▼

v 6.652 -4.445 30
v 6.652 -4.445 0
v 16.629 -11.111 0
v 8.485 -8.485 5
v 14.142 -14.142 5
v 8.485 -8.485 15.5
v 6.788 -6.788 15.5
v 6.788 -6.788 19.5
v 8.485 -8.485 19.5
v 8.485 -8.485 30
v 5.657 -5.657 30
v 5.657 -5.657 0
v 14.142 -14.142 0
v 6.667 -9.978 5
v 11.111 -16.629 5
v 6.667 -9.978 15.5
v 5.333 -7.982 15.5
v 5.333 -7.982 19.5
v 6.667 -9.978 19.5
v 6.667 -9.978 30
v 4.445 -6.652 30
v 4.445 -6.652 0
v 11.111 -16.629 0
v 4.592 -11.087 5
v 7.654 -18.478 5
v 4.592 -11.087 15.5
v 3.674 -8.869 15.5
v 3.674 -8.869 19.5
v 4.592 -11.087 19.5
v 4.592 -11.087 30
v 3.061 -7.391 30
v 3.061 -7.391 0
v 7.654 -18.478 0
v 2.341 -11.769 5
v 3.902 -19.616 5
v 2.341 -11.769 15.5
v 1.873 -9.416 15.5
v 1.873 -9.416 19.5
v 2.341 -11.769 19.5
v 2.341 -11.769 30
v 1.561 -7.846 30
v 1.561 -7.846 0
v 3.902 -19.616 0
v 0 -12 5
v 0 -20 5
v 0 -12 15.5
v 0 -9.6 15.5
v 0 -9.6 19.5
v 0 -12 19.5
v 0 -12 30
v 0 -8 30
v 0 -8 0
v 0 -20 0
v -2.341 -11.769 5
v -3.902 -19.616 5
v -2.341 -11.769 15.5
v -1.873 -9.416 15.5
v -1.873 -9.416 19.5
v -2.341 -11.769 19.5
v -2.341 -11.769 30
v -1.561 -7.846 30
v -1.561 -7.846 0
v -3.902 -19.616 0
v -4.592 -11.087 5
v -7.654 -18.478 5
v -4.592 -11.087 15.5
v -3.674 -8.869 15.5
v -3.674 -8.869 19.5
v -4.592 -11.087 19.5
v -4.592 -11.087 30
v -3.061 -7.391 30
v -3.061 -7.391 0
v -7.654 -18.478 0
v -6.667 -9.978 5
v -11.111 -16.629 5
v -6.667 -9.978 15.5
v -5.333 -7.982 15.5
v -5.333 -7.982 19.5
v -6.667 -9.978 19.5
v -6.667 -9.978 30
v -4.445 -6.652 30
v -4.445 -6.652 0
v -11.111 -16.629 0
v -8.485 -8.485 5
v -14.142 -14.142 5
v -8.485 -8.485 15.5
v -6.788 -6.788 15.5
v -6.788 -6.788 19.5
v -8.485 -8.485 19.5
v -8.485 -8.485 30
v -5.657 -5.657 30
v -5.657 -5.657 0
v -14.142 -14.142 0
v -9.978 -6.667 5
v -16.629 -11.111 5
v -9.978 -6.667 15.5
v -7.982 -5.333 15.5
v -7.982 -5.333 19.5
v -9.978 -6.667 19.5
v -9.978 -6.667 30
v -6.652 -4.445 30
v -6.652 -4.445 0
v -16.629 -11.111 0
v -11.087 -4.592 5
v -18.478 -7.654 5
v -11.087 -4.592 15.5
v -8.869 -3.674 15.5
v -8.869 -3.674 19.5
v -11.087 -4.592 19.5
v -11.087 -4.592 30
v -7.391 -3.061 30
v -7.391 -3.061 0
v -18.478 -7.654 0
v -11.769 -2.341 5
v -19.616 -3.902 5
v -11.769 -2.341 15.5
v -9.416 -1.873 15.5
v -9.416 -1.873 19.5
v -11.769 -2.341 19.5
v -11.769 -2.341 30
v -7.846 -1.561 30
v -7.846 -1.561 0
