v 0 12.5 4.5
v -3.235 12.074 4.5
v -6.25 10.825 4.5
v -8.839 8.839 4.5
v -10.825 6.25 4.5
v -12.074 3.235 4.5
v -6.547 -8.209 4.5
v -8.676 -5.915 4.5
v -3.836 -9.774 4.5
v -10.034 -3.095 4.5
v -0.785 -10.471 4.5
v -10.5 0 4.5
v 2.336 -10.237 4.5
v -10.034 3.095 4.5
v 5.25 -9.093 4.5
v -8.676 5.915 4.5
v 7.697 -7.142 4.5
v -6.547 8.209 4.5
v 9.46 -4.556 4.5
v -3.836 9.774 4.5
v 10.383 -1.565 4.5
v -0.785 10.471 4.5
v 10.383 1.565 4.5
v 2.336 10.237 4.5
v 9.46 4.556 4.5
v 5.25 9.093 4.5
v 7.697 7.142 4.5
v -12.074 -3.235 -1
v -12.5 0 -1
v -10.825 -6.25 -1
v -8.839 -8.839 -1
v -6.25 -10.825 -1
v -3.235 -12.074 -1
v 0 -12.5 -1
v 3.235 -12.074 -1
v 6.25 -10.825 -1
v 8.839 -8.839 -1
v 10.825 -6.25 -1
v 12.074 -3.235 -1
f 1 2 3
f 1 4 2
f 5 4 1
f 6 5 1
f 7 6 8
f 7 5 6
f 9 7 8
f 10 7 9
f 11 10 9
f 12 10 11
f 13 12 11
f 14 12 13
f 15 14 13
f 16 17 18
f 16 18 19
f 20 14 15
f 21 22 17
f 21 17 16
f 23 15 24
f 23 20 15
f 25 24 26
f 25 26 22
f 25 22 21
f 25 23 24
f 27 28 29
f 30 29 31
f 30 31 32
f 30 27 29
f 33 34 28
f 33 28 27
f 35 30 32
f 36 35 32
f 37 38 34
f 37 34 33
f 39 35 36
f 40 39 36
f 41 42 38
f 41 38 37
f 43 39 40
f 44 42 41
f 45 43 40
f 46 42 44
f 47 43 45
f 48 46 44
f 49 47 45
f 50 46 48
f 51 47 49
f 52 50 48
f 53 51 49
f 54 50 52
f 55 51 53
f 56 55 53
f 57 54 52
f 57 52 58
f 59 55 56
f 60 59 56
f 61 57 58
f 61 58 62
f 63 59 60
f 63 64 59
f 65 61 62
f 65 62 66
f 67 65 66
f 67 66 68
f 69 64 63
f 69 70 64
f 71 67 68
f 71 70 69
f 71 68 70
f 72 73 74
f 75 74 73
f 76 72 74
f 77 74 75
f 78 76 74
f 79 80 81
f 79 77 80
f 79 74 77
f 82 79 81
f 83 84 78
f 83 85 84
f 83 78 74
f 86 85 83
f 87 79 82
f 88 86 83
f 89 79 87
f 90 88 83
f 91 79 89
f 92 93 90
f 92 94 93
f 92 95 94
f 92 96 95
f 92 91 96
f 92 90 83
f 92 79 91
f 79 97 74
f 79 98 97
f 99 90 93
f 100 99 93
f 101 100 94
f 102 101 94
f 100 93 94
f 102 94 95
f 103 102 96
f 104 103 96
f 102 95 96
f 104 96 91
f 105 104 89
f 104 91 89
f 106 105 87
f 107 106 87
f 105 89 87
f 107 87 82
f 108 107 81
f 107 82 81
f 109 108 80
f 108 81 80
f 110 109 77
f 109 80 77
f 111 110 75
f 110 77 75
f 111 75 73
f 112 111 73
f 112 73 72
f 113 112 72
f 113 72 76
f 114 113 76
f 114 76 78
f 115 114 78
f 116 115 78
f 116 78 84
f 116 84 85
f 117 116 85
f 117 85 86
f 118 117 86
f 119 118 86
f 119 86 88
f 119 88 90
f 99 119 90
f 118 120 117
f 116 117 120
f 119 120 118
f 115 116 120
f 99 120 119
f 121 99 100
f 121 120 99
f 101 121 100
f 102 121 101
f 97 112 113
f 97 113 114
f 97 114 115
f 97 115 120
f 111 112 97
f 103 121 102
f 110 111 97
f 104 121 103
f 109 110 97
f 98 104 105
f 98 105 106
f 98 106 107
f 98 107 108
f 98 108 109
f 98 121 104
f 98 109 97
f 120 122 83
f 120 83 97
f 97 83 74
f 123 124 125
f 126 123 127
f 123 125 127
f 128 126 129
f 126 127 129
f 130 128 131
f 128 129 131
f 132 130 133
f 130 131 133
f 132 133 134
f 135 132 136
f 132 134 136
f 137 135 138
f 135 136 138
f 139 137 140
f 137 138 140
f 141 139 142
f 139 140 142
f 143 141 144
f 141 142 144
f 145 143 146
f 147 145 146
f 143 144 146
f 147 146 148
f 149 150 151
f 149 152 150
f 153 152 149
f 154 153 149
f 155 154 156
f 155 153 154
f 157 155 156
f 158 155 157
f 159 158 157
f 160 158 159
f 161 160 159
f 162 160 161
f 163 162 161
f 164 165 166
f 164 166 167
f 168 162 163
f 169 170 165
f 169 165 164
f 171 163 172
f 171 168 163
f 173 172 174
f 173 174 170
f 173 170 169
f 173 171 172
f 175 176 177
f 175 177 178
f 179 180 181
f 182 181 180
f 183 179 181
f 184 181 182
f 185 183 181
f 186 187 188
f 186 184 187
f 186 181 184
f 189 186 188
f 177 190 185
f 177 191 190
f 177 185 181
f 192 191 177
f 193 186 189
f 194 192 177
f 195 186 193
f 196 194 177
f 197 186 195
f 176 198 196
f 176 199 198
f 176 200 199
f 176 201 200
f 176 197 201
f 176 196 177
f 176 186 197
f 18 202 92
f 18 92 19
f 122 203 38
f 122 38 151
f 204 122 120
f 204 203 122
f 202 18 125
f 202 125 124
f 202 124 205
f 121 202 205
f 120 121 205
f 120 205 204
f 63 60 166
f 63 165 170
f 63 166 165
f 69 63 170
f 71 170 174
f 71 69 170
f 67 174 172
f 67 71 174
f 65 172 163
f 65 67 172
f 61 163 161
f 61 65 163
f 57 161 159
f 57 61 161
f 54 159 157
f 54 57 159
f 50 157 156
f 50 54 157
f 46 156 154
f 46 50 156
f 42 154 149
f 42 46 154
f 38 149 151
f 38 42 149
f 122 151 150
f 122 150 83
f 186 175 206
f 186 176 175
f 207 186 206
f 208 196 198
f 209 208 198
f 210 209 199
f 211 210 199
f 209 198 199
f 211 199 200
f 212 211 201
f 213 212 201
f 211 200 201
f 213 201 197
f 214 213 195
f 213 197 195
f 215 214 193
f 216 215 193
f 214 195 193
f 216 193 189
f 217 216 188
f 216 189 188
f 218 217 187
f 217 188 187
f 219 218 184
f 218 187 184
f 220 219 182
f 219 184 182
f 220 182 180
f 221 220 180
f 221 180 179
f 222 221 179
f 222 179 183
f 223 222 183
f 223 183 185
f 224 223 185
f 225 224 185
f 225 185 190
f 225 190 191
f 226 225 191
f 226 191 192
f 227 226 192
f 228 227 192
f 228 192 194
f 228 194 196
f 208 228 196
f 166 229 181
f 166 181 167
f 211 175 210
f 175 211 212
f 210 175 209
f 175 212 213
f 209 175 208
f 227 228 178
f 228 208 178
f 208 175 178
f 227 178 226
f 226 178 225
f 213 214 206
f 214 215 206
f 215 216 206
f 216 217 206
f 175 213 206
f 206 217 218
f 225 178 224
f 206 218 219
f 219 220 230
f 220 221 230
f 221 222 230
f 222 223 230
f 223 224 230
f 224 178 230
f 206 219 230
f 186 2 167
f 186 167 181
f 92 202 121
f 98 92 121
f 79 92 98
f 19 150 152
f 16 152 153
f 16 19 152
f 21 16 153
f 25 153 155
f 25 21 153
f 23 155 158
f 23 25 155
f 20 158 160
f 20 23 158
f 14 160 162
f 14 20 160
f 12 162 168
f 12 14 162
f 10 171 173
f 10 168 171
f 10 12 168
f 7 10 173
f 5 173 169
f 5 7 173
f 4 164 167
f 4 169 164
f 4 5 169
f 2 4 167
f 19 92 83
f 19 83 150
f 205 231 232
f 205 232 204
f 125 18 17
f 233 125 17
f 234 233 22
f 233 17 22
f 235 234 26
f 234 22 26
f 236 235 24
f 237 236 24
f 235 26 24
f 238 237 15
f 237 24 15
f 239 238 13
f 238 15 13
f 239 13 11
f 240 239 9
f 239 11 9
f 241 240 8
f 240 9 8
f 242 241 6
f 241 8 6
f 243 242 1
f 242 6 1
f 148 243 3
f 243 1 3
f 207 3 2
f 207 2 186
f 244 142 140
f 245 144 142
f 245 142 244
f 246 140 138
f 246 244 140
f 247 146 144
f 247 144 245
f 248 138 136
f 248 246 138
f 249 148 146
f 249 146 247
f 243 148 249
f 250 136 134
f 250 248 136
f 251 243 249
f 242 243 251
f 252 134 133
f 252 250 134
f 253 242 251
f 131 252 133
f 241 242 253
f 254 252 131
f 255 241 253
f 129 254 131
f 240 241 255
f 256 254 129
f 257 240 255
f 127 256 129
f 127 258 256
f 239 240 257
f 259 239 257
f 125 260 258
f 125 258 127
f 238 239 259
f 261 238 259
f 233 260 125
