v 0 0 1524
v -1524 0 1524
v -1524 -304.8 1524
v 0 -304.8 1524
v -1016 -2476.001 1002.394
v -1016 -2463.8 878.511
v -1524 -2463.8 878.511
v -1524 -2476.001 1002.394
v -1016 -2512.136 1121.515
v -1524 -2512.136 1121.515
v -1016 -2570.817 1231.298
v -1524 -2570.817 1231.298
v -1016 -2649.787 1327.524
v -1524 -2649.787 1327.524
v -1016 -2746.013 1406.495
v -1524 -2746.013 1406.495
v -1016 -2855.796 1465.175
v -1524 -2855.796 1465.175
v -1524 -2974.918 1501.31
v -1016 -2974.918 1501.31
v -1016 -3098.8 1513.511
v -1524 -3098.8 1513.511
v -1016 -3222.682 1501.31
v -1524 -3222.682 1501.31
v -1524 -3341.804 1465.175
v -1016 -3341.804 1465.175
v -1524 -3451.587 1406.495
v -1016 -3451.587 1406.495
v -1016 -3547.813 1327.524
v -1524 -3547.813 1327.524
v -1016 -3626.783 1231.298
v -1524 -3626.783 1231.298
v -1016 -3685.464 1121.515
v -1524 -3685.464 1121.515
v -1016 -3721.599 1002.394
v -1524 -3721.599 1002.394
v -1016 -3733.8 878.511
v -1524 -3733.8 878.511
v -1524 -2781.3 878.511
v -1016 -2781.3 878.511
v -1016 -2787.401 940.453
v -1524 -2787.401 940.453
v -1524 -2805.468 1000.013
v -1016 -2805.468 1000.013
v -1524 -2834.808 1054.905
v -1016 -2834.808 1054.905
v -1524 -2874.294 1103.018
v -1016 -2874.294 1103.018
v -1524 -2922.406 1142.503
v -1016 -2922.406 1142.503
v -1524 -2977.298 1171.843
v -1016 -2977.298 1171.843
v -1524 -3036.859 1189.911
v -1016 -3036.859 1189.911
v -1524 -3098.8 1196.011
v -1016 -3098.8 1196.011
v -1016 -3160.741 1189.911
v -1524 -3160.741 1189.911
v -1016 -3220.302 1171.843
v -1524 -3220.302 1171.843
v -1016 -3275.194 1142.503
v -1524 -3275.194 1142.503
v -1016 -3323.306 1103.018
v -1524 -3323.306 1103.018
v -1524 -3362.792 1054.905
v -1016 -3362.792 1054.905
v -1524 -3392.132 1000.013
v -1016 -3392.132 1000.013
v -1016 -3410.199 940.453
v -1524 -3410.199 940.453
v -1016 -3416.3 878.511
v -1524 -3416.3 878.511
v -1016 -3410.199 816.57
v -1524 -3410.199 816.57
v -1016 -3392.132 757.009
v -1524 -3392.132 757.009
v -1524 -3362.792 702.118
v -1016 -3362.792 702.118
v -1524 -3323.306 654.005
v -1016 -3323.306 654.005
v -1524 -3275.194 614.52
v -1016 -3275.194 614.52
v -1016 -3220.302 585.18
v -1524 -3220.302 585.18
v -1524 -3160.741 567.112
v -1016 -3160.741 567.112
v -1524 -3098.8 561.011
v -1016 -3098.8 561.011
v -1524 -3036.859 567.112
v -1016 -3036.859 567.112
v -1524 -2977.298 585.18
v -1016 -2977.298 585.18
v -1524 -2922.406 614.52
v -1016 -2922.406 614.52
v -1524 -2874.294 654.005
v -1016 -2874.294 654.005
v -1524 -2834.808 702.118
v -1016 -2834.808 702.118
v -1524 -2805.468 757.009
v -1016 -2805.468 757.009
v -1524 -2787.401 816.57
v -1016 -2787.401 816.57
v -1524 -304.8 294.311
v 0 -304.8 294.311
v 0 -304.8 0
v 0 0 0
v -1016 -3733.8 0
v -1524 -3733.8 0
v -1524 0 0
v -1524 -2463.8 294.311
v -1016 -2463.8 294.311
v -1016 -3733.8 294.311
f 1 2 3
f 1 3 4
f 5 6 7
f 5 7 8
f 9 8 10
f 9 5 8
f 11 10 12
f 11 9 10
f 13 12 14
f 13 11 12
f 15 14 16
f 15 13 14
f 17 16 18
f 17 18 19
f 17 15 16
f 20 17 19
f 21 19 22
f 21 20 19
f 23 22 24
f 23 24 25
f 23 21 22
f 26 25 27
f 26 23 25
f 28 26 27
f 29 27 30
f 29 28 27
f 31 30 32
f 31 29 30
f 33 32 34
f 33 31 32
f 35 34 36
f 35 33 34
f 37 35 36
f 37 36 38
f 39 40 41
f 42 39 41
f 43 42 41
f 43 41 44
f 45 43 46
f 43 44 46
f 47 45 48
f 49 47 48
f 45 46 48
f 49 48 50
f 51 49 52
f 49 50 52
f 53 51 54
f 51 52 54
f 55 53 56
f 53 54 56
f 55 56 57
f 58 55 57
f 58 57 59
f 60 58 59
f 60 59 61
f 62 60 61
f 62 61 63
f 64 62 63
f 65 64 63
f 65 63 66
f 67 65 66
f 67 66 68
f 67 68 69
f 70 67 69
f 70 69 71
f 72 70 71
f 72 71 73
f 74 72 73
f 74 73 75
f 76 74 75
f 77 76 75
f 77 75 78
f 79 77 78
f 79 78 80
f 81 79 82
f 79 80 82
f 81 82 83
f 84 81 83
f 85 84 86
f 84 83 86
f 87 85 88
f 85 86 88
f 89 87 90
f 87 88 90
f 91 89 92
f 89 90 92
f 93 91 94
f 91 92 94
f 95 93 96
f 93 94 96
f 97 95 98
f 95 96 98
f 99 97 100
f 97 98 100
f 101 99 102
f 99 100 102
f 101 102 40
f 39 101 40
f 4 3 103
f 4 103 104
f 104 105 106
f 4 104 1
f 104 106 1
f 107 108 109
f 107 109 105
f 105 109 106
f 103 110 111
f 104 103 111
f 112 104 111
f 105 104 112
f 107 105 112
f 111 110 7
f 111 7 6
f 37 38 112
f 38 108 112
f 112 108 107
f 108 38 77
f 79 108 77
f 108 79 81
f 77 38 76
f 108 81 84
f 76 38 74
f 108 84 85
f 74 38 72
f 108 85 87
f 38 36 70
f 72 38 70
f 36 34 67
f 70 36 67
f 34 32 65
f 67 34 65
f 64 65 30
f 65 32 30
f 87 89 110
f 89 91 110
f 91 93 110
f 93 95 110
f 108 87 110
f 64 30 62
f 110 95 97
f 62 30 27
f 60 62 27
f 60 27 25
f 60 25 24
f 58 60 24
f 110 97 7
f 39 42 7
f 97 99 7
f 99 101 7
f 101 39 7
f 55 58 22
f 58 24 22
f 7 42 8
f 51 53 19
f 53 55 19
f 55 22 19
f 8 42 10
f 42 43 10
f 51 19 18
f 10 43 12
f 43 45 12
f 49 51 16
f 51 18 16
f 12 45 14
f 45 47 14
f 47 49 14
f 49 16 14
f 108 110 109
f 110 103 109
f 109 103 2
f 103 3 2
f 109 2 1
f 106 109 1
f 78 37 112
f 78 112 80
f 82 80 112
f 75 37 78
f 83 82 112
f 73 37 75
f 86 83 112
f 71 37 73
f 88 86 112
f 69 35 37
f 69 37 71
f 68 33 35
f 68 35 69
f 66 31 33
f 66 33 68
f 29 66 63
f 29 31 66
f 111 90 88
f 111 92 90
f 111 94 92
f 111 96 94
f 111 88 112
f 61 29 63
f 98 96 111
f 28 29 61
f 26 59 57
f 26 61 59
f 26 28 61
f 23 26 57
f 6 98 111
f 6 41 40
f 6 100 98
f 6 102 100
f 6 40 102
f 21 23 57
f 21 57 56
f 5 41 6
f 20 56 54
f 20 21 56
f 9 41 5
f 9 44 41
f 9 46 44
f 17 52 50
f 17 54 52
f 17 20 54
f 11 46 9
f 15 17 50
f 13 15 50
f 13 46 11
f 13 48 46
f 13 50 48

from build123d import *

# Parameters (mm, degrees)
F0_W      = 1524
F0_H      = 1524
F1_DEPTH  = 304.8
F2_W      = 1524
F2_H      = 294.3113446236
F3_DEPTH  = 3429
F6_DEPTH  = 84658.2
F4_W      = 508
F4_H      = 1270
F7_DEPTH  = 584.2
F9_DEPTH  = 508
F10_R     = 317.5
F11_DEPTH = 1270


with BuildPart() as f1:
    # F0 (on Front) → F1 (new body)
    with BuildSketch(Plane.XZ):
        with Locations((-762, 762)):
            Rectangle(F0_W, F0_H)
    extrude(amount=F1_DEPTH)

    # F2 (on face) → F3 (join)
    with BuildSketch(Plane.XZ.offset(304.8)):
        with Locations((-762, 147.1556723118)):
            Rectangle(F2_W, F2_H)
    extrude(amount=F3_DEPTH)

    # F5 (on face) → F6 (cut)
    with BuildSketch(Plane.XY.offset(294.3113446236)):
        Polygon((0, -304.8), (-1016, -3733.8), (0, -3733.8), align=None)
    extrude(amount=-F6_DEPTH, mode=Mode.SUBTRACT)

    # F4 (on face) → F7 (join)
    with BuildSketch(Plane.XY.offset(294.3113446236)):
        with Locations((-1270, -3098.8)):
            Rectangle(F4_W, F4_H)
    extrude(amount=F7_DEPTH)

    # F8 (on face) → F9 (join)
    with BuildSketch(Plane.YZ.offset(-1016)):
        with BuildLine():
            Line((-3733.8, 878.5113446236), (-2463.8, 878.5113446236))
            ThreePointArc((-2463.8, 878.5113446236), (-3098.8, 1513.5113446236), (-3733.8, 878.5113446236))
        make_face()
    extrude(amount=-F9_DEPTH)

    # F10 (on face) → F11 (cut)
    with BuildSketch(Plane.YZ.offset(-1016)):
        with Locations((-3098.8, 878.5113446236)):
            Circle(F10_R)
    extrude(amount=-F11_DEPTH, mode=Mode.SUBTRACT)


solid = f1.part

▲

» **Task brief**
Of the entries above, repeat exactly the lines between the line with "f 87 89 110" and the line with "f 83 82 112", inclusive, and no others.

» **Solution**
f 87 89 110
f 89 91 110
f 91 93 110
f 93 95 110
f 108 87 110
f 64 30 62
f 110 95 97
f 62 30 27
f 60 62 27
f 60 27 25
f 60 25 24
f 58 60 24
f 110 97 7
f 39 42 7
f 97 99 7
f 99 101 7
f 101 39 7
f 55 58 22
f 58 24 22
f 7 42 8
f 51 53 19
f 53 55 19
f 55 22 19
f 8 42 10
f 42 43 10
f 51 19 18
f 10 43 12
f 43 45 12
f 49 51 16
f 51 18 16
f 12 45 14
f 45 47 14
f 47 49 14
f 49 16 14
f 108 110 109
f 110 103 109
f 109 103 2
f 103 3 2
f 109 2 1
f 106 109 1
f 78 37 112
f 78 112 80
f 82 80 112
f 75 37 78
f 83 82 112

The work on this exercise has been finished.